▶ Description of the task: Could you restate word for word every line of the records below, from the first one to the one holding "v 3.909 0 -1.323"?

▶ Exercise inputs:
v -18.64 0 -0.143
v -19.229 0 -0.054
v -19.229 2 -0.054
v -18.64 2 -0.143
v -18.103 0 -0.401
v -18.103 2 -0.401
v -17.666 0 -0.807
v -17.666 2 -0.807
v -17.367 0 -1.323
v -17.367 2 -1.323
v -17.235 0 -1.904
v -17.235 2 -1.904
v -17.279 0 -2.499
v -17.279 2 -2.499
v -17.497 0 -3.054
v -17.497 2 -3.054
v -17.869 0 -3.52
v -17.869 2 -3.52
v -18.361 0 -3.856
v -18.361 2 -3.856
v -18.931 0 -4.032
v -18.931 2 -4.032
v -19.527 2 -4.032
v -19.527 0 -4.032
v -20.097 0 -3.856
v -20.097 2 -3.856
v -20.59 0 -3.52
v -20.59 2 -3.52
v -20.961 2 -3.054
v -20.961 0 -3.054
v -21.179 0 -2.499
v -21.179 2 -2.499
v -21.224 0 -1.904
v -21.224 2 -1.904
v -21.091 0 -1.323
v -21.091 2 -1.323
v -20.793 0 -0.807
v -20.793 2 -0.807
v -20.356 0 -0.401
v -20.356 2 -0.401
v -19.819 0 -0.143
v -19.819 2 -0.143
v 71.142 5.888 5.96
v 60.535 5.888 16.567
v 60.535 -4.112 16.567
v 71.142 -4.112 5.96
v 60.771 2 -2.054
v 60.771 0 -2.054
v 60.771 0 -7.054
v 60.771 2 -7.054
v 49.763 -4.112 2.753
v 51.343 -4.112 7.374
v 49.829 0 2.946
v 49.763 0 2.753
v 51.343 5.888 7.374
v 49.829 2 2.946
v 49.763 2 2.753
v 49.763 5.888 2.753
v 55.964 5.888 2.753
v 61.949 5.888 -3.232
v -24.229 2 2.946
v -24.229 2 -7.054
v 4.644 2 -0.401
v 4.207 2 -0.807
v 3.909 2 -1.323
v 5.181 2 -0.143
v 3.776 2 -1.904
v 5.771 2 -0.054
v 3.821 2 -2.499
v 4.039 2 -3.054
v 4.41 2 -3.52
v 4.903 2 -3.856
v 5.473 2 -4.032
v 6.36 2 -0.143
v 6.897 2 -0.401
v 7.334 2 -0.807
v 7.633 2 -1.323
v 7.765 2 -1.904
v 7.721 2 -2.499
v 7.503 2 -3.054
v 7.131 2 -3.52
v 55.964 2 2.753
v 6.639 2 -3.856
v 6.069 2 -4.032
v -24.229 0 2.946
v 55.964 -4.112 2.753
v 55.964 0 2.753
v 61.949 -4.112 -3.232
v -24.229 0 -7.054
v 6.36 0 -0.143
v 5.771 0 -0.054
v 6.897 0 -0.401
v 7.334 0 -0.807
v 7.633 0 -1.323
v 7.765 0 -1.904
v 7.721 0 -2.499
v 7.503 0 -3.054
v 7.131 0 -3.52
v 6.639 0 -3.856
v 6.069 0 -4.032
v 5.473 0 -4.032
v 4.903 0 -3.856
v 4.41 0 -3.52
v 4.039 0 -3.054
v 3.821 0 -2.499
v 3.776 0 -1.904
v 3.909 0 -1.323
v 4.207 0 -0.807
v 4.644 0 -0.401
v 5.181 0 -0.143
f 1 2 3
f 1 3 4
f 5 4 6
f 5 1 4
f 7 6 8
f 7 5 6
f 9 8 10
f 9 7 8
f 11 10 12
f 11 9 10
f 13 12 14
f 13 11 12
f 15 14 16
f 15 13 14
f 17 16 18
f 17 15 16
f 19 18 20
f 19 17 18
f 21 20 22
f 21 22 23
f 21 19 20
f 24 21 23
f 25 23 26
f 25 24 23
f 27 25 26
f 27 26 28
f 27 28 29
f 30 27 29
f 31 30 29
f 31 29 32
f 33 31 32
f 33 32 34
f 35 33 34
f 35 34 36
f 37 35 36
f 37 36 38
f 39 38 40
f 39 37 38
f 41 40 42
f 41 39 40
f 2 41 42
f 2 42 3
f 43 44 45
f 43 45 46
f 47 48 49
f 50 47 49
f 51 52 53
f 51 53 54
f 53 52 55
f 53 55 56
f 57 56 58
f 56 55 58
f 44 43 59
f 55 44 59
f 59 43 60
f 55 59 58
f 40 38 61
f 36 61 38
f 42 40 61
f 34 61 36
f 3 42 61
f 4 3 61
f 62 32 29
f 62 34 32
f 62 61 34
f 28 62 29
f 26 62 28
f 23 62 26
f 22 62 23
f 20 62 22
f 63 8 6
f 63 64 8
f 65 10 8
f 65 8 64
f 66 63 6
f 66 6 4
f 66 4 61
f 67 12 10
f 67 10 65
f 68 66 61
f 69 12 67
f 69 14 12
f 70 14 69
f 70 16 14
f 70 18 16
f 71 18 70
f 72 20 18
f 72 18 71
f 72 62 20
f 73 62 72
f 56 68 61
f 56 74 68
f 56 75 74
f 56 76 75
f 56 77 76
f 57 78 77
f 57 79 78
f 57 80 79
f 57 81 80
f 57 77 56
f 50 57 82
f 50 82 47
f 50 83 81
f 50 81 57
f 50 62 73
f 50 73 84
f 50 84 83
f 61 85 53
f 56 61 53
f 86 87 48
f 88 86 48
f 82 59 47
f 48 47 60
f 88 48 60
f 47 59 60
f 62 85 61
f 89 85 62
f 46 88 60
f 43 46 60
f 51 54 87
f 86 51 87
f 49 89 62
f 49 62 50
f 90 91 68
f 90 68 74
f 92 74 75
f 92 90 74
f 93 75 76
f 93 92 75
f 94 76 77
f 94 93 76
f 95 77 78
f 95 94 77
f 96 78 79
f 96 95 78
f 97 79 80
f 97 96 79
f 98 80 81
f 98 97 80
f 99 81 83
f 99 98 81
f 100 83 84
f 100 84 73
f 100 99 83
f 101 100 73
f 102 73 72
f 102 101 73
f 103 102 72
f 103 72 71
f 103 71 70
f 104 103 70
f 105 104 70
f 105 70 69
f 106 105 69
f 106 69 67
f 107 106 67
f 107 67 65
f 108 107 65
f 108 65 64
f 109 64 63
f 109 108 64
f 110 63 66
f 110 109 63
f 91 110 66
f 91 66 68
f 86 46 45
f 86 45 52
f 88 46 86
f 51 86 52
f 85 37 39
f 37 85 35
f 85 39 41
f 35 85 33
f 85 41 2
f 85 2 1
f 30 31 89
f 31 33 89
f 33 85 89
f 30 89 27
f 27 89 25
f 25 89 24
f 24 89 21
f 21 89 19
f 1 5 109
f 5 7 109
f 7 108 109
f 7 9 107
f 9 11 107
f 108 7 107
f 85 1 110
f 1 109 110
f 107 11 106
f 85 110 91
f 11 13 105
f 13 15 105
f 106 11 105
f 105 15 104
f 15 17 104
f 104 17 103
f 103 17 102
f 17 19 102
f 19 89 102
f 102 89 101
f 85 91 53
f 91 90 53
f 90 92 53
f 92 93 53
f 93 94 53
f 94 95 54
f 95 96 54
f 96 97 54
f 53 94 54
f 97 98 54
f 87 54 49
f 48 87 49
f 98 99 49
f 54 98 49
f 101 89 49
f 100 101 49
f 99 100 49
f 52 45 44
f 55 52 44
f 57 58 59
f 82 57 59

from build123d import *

# Parameters (mm, degrees)
SKETCH1_W           = 85
SKETCH1_H           = 10
SKETCH1_R           = 2
BOSS_EXTRUDE1_DEPTH = 2
CUT_EXTRUDE1_DEPTH  = 10
SKETCH3_W           = 15
SKETCH3_H           = 10
BOSS_EXTRUDE2_DEPTH = 13
BOSS_EXTRUDE3_DEPTH = 10


with BuildPart() as part:
    # Sketch1 → Boss-Extrude1 (new body)
    with BuildSketch(Plane(origin=(0, 0, 0), x_dir=(1, 0, 0), z_dir=(0, 1, 0))):
        with Locations((18.270818553, 2.053936679)):
            Rectangle(SKETCH1_W, SKETCH1_H)
        with Locations(Location((-19.229181447, 2.053936679, 0), (0, 0, 270))):
            Circle(SKETCH1_R, mode=Mode.SUBTRACT)
        with Locations(Location((5.770818553, 2.053936679, 0), (0, 0, 270))):
            Circle(SKETCH1_R, mode=Mode.SUBTRACT)
    extrude(amount=BOSS_EXTRUDE1_DEPTH)

    # Sketch2 → Cut-Extrude1 (cut)
    with BuildSketch(Plane(origin=(0, 2, 0), x_dir=(1, 0, 0), z_dir=(0, 1, 0))):
        Polygon((60.770818553, 2.053936679), (55.770818553, -2.946063321), (60.770818553, -2.946063321), align=None)
    extrude(amount=-CUT_EXTRUDE1_DEPTH, mode=Mode.SUBTRACT)

    # Sketch3 → Boss-Extrude2 (add)
    with BuildSketch(Plane(origin=(29.358440937, 0, 29.358440937), x_dir=(0.7071067811865439, 0, -0.7071067811865511), z_dir=(0.7071067811865511, 0, 0.7071067811865439))):
        with Locations((38.590339713, 0.888307249)):
            Rectangle(SKETCH3_W, SKETCH3_H)
    extrude(amount=BOSS_EXTRUDE2_DEPTH)

    # Sketch4 → Boss-Extrude3 (add)
    with BuildSketch(Plane(origin=(0, 5.888307249, 0), x_dir=(1, 0, 0), z_dir=(0, 1, 0))):
        Polygon((51.342630977, -7.374250897), (49.762527896, -2.752596668), (55.964285206, -2.752596668), align=None)
    extrude(amount=-BOSS_EXTRUDE3_DEPTH)


solid = part.part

▶ Response:
v -18.64 0 -0.143
v -19.229 0 -0.054
v -19.229 2 -0.054
v -18.64 2 -0.143
v -18.103 0 -0.401
v -18.103 2 -0.401
v -17.666 0 -0.807
v -17.666 2 -0.807
v -17.367 0 -1.323
v -17.367 2 -1.323
v -17.235 0 -1.904
v -17.235 2 -1.904
v -17.279 0 -2.499
v -17.279 2 -2.499
v -17.497 0 -3.054
v -17.497 2 -3.054
v -17.869 0 -3.52
v -17.869 2 -3.52
v -18.361 0 -3.856
v -18.361 2 -3.856
v -18.931 0 -4.032
v -18.931 2 -4.032
v -19.527 2 -4.032
v -19.527 0 -4.032
v -20.097 0 -3.856
v -20.097 2 -3.856
v -20.59 0 -3.52
v -20.59 2 -3.52
v -20.961 2 -3.054
v -20.961 0 -3.054
v -21.179 0 -2.499
v -21.179 2 -2.499
v -21.224 0 -1.904
v -21.224 2 -1.904
v -21.091 0 -1.323
v -21.091 2 -1.323
v -20.793 0 -0.807
v -20.793 2 -0.807
v -20.356 0 -0.401
v -20.356 2 -0.401
v -19.819 0 -0.143
v -19.819 2 -0.143
v 71.142 5.888 5.96
v 60.535 5.888 16.567
v 60.535 -4.112 16.567
v 71.142 -4.112 5.96
v 60.771 2 -2.054
v 60.771 0 -2.054
v 60.771 0 -7.054
v 60.771 2 -7.054
v 49.763 -4.112 2.753
v 51.343 -4.112 7.374
v 49.829 0 2.946
v 49.763 0 2.753
v 51.343 5.888 7.374
v 49.829 2 2.946
v 49.763 2 2.753
v 49.763 5.888 2.753
v 55.964 5.888 2.753
v 61.949 5.888 -3.232
v -24.229 2 2.946
v -24.229 2 -7.054
v 4.644 2 -0.401
v 4.207 2 -0.807
v 3.909 2 -1.323
v 5.181 2 -0.143
v 3.776 2 -1.904
v 5.771 2 -0.054
v 3.821 2 -2.499
v 4.039 2 -3.054
v 4.41 2 -3.52
v 4.903 2 -3.856
v 5.473 2 -4.032
v 6.36 2 -0.143
v 6.897 2 -0.401
v 7.334 2 -0.807
v 7.633 2 -1.323
v 7.765 2 -1.904
v 7.721 2 -2.499
v 7.503 2 -3.054
v 7.131 2 -3.52
v 55.964 2 2.753
v 6.639 2 -3.856
v 6.069 2 -4.032
v -24.229 0 2.946
v 55.964 -4.112 2.753
v 55.964 0 2.753
v 61.949 -4.112 -3.232
v -24.229 0 -7.054
v 6.36 0 -0.143
v 5.771 0 -0.054
v 6.897 0 -0.401
v 7.334 0 -0.807
v 7.633 0 -1.323
v 7.765 0 -1.904
v 7.721 0 -2.499
v 7.503 0 -3.054
v 7.131 0 -3.52
v 6.639 0 -3.856
v 6.069 0 -4.032
v 5.473 0 -4.032
v 4.903 0 -3.856
v 4.41 0 -3.52
v 4.039 0 -3.054
v 3.821 0 -2.499
v 3.776 0 -1.904
v 3.909 0 -1.323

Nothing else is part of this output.